■ **EXERCISE OBJECTIVE**
From the line that contains "#122=PLANE('',#121);" through the line that contains "#132=AXIS2_PLACEMENT_3D('',#91,#24,#53);", output every line of the listing below exactly and leave out all the rest.

■ **EXERCISE MATERIAL**
-------------------------
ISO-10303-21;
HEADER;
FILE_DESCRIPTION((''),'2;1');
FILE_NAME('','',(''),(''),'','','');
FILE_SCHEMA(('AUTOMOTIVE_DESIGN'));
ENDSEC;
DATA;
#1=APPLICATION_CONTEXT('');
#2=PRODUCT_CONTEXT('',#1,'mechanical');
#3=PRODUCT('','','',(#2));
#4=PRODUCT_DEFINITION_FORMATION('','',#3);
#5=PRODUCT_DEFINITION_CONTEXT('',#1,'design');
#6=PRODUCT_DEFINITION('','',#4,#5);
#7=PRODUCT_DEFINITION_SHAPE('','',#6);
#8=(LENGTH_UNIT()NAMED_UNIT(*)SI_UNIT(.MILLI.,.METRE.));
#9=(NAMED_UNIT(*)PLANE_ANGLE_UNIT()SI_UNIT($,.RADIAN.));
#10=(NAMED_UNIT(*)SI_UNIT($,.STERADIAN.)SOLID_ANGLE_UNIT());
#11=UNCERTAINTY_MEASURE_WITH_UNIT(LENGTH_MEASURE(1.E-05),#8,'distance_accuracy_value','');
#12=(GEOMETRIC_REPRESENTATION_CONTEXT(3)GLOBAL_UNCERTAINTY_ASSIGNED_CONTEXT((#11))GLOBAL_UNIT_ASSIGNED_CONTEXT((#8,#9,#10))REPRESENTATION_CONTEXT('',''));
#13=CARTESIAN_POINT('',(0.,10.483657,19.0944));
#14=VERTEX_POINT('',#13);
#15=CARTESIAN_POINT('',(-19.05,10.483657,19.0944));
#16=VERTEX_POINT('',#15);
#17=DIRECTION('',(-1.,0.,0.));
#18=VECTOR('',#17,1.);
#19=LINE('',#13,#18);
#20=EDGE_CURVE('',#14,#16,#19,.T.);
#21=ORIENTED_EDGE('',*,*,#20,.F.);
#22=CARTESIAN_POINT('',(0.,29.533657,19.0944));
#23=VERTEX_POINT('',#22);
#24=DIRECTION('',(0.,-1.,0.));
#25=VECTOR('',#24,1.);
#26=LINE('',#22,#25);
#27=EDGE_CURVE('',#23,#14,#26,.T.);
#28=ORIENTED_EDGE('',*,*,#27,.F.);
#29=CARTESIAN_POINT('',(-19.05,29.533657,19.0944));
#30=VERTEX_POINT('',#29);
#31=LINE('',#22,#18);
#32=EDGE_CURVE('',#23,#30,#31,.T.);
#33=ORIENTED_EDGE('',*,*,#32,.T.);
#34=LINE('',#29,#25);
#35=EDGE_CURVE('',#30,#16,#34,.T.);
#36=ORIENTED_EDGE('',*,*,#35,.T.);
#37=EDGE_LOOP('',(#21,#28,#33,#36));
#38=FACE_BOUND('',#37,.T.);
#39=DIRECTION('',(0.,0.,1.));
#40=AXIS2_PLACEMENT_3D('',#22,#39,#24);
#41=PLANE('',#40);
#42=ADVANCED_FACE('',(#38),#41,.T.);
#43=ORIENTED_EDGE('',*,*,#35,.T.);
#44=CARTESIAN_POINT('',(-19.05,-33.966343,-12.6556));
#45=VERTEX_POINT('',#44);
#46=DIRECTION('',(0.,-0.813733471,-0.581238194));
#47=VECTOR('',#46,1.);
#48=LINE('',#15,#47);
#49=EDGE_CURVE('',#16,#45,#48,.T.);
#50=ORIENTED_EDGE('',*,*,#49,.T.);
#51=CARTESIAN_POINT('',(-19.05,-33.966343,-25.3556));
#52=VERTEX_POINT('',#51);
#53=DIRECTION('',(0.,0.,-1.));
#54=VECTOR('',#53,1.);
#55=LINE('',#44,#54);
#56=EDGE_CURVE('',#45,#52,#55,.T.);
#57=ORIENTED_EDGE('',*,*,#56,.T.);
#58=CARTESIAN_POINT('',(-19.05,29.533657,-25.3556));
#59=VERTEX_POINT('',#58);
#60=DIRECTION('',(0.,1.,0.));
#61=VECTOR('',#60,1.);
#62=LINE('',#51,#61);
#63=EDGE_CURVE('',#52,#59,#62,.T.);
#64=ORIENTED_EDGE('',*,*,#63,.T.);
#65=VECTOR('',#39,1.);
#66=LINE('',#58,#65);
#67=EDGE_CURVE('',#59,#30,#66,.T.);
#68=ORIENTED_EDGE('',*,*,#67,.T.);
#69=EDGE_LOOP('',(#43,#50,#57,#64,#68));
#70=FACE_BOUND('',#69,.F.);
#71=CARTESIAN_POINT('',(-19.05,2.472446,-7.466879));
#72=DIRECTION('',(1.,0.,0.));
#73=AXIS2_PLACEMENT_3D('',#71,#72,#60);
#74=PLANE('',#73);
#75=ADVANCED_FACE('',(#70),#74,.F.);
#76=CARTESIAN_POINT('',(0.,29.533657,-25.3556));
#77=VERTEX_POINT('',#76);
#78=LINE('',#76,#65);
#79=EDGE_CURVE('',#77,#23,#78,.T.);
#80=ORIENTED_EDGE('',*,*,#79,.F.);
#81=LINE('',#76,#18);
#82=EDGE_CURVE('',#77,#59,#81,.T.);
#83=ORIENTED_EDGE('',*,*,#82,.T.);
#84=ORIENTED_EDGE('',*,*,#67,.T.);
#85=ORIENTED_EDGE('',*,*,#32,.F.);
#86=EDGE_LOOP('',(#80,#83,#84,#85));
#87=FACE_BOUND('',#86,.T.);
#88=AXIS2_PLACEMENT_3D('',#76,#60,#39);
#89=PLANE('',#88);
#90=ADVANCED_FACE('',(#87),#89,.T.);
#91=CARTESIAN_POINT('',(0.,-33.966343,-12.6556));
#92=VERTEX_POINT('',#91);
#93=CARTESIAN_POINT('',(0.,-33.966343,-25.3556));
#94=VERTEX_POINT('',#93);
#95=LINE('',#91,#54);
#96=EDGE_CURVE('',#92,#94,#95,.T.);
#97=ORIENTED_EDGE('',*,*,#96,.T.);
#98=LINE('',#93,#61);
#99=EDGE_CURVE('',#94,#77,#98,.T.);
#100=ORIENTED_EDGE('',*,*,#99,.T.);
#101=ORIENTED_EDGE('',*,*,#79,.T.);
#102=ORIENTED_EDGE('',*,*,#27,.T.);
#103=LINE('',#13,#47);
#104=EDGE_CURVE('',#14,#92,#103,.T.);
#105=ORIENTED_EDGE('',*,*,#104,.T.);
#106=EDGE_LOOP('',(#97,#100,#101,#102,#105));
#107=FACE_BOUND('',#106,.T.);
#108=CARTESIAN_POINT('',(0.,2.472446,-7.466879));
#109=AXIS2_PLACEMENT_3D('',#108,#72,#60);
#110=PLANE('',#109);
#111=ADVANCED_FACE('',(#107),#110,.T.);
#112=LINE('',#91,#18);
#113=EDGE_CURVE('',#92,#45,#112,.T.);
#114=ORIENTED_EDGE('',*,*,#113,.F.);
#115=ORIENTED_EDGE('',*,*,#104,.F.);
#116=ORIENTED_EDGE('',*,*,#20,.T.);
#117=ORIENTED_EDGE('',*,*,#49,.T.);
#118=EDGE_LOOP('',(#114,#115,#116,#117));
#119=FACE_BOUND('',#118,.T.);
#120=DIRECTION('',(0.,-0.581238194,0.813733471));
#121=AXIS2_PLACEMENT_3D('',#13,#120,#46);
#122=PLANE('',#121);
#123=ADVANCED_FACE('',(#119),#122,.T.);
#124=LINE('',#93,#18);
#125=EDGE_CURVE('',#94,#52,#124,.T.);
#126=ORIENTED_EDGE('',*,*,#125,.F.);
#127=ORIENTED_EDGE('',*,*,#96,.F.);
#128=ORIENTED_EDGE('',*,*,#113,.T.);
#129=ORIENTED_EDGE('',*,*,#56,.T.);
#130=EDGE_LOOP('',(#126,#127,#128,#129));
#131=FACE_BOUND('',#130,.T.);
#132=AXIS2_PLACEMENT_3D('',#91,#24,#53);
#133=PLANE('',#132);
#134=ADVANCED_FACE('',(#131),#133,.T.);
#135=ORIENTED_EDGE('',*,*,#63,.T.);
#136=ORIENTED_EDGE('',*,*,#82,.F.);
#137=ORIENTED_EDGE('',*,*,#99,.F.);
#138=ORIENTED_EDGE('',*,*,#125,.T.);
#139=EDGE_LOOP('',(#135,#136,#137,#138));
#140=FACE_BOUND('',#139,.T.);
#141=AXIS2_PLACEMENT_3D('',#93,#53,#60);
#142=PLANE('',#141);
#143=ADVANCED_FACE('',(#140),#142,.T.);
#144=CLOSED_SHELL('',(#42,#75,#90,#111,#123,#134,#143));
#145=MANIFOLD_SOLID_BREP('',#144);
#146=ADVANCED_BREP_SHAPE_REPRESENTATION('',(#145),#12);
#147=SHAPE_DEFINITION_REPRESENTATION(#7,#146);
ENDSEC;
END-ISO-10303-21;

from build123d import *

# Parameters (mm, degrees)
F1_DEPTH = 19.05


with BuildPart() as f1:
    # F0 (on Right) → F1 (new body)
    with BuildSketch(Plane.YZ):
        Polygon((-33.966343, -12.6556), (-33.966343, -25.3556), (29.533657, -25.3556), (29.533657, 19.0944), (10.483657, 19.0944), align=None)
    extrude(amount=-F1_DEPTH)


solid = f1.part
-------------------------
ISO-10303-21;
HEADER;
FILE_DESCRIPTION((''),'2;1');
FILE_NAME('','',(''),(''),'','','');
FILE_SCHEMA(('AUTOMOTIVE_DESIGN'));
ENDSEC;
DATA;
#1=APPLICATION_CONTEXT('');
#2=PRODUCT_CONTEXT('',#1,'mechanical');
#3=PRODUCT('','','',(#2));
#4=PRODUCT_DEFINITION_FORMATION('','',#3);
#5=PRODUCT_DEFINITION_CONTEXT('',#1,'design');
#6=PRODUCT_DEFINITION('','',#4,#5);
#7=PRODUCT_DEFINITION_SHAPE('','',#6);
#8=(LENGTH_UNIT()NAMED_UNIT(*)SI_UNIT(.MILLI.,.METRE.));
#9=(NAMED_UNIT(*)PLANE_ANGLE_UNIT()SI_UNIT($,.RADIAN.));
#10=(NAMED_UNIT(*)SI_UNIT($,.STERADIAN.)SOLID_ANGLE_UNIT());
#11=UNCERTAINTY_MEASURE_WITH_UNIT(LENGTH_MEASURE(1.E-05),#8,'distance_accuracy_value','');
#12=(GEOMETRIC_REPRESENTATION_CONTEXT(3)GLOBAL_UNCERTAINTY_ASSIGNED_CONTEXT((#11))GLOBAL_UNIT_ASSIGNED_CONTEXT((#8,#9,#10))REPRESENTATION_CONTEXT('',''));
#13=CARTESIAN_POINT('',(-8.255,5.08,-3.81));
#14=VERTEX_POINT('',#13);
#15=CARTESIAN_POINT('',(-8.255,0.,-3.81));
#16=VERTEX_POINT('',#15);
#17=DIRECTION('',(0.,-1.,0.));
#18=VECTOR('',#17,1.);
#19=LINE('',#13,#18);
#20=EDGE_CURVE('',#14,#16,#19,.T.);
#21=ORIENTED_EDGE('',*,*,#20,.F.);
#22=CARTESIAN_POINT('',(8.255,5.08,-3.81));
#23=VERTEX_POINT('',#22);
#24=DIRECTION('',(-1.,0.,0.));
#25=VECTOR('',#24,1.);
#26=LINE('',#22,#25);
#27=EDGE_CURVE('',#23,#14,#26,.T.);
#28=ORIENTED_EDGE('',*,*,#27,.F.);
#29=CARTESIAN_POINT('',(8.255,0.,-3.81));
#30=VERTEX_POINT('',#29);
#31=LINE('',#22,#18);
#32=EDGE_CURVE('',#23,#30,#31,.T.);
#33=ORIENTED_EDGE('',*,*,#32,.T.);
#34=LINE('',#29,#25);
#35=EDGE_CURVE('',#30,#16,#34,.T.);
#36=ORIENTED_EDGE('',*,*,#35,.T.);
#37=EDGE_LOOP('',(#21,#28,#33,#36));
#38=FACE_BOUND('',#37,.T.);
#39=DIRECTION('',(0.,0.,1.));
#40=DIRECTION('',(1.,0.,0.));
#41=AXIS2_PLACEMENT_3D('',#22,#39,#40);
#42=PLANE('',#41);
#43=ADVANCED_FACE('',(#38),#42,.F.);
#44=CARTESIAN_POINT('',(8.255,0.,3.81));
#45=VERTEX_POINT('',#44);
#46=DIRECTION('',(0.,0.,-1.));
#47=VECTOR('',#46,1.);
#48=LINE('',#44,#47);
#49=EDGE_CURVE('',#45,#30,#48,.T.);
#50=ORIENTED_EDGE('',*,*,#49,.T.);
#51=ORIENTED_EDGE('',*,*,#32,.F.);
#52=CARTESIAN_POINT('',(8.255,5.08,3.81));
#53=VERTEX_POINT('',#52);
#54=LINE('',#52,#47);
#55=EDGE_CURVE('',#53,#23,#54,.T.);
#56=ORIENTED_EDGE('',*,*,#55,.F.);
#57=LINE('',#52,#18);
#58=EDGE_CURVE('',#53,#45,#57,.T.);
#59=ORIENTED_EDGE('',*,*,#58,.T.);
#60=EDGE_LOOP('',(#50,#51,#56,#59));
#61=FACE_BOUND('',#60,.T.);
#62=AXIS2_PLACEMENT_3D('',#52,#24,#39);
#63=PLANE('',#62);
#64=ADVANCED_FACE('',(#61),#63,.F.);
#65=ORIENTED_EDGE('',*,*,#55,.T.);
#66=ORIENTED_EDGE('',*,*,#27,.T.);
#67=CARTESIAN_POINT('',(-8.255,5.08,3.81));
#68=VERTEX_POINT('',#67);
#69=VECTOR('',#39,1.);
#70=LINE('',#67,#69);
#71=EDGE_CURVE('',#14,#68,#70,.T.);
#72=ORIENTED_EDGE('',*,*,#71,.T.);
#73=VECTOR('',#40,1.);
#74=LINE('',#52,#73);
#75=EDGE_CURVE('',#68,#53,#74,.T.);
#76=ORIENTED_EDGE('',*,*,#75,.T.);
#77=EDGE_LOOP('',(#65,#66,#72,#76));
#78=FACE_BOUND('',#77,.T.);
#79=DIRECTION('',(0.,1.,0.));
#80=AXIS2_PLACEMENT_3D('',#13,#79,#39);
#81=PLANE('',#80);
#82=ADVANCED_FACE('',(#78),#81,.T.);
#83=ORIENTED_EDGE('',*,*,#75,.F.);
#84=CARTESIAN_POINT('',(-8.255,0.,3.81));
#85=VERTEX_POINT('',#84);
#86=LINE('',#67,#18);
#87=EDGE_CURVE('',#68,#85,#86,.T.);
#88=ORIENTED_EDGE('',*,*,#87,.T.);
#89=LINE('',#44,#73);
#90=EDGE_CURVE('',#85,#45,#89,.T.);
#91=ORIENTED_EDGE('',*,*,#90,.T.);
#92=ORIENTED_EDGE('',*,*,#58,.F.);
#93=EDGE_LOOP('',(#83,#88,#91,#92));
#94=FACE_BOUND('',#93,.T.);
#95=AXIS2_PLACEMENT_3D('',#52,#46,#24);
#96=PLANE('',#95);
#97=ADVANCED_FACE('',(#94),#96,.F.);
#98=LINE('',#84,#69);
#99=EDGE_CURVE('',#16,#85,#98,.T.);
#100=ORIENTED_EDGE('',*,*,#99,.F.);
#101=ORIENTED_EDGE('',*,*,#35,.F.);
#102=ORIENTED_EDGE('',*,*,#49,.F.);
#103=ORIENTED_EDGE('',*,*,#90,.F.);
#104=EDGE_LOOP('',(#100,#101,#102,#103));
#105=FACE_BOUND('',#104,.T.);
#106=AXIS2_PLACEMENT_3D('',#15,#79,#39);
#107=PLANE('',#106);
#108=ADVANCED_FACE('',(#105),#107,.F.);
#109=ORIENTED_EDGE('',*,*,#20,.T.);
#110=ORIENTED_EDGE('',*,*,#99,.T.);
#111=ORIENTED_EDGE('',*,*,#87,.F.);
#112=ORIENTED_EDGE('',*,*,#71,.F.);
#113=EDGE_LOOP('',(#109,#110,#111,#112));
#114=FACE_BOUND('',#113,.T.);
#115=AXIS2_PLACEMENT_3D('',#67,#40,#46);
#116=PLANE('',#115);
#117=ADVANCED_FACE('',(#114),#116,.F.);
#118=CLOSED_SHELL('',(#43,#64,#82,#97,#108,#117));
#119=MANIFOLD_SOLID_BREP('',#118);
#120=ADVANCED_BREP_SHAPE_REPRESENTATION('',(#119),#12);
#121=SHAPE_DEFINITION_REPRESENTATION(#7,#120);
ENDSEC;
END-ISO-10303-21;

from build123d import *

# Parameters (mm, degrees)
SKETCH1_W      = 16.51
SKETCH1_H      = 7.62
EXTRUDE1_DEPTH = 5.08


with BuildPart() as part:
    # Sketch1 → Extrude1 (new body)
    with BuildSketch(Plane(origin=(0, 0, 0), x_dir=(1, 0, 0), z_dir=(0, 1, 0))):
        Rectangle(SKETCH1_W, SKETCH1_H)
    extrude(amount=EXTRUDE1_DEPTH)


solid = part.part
-------------------------
■ **EXERCISE ANSWER**
#122=PLANE('',#121);
#123=ADVANCED_FACE('',(#119),#122,.T.);
#124=LINE('',#93,#18);
#125=EDGE_CURVE('',#94,#52,#124,.T.);
#126=ORIENTED_EDGE('',*,*,#125,.F.);
#127=ORIENTED_EDGE('',*,*,#96,.F.);
#128=ORIENTED_EDGE('',*,*,#113,.T.);
#129=ORIENTED_EDGE('',*,*,#56,.T.);
#130=EDGE_LOOP('',(#126,#127,#128,#129));
#131=FACE_BOUND('',#130,.T.);
#132=AXIS2_PLACEMENT_3D('',#91,#24,#53);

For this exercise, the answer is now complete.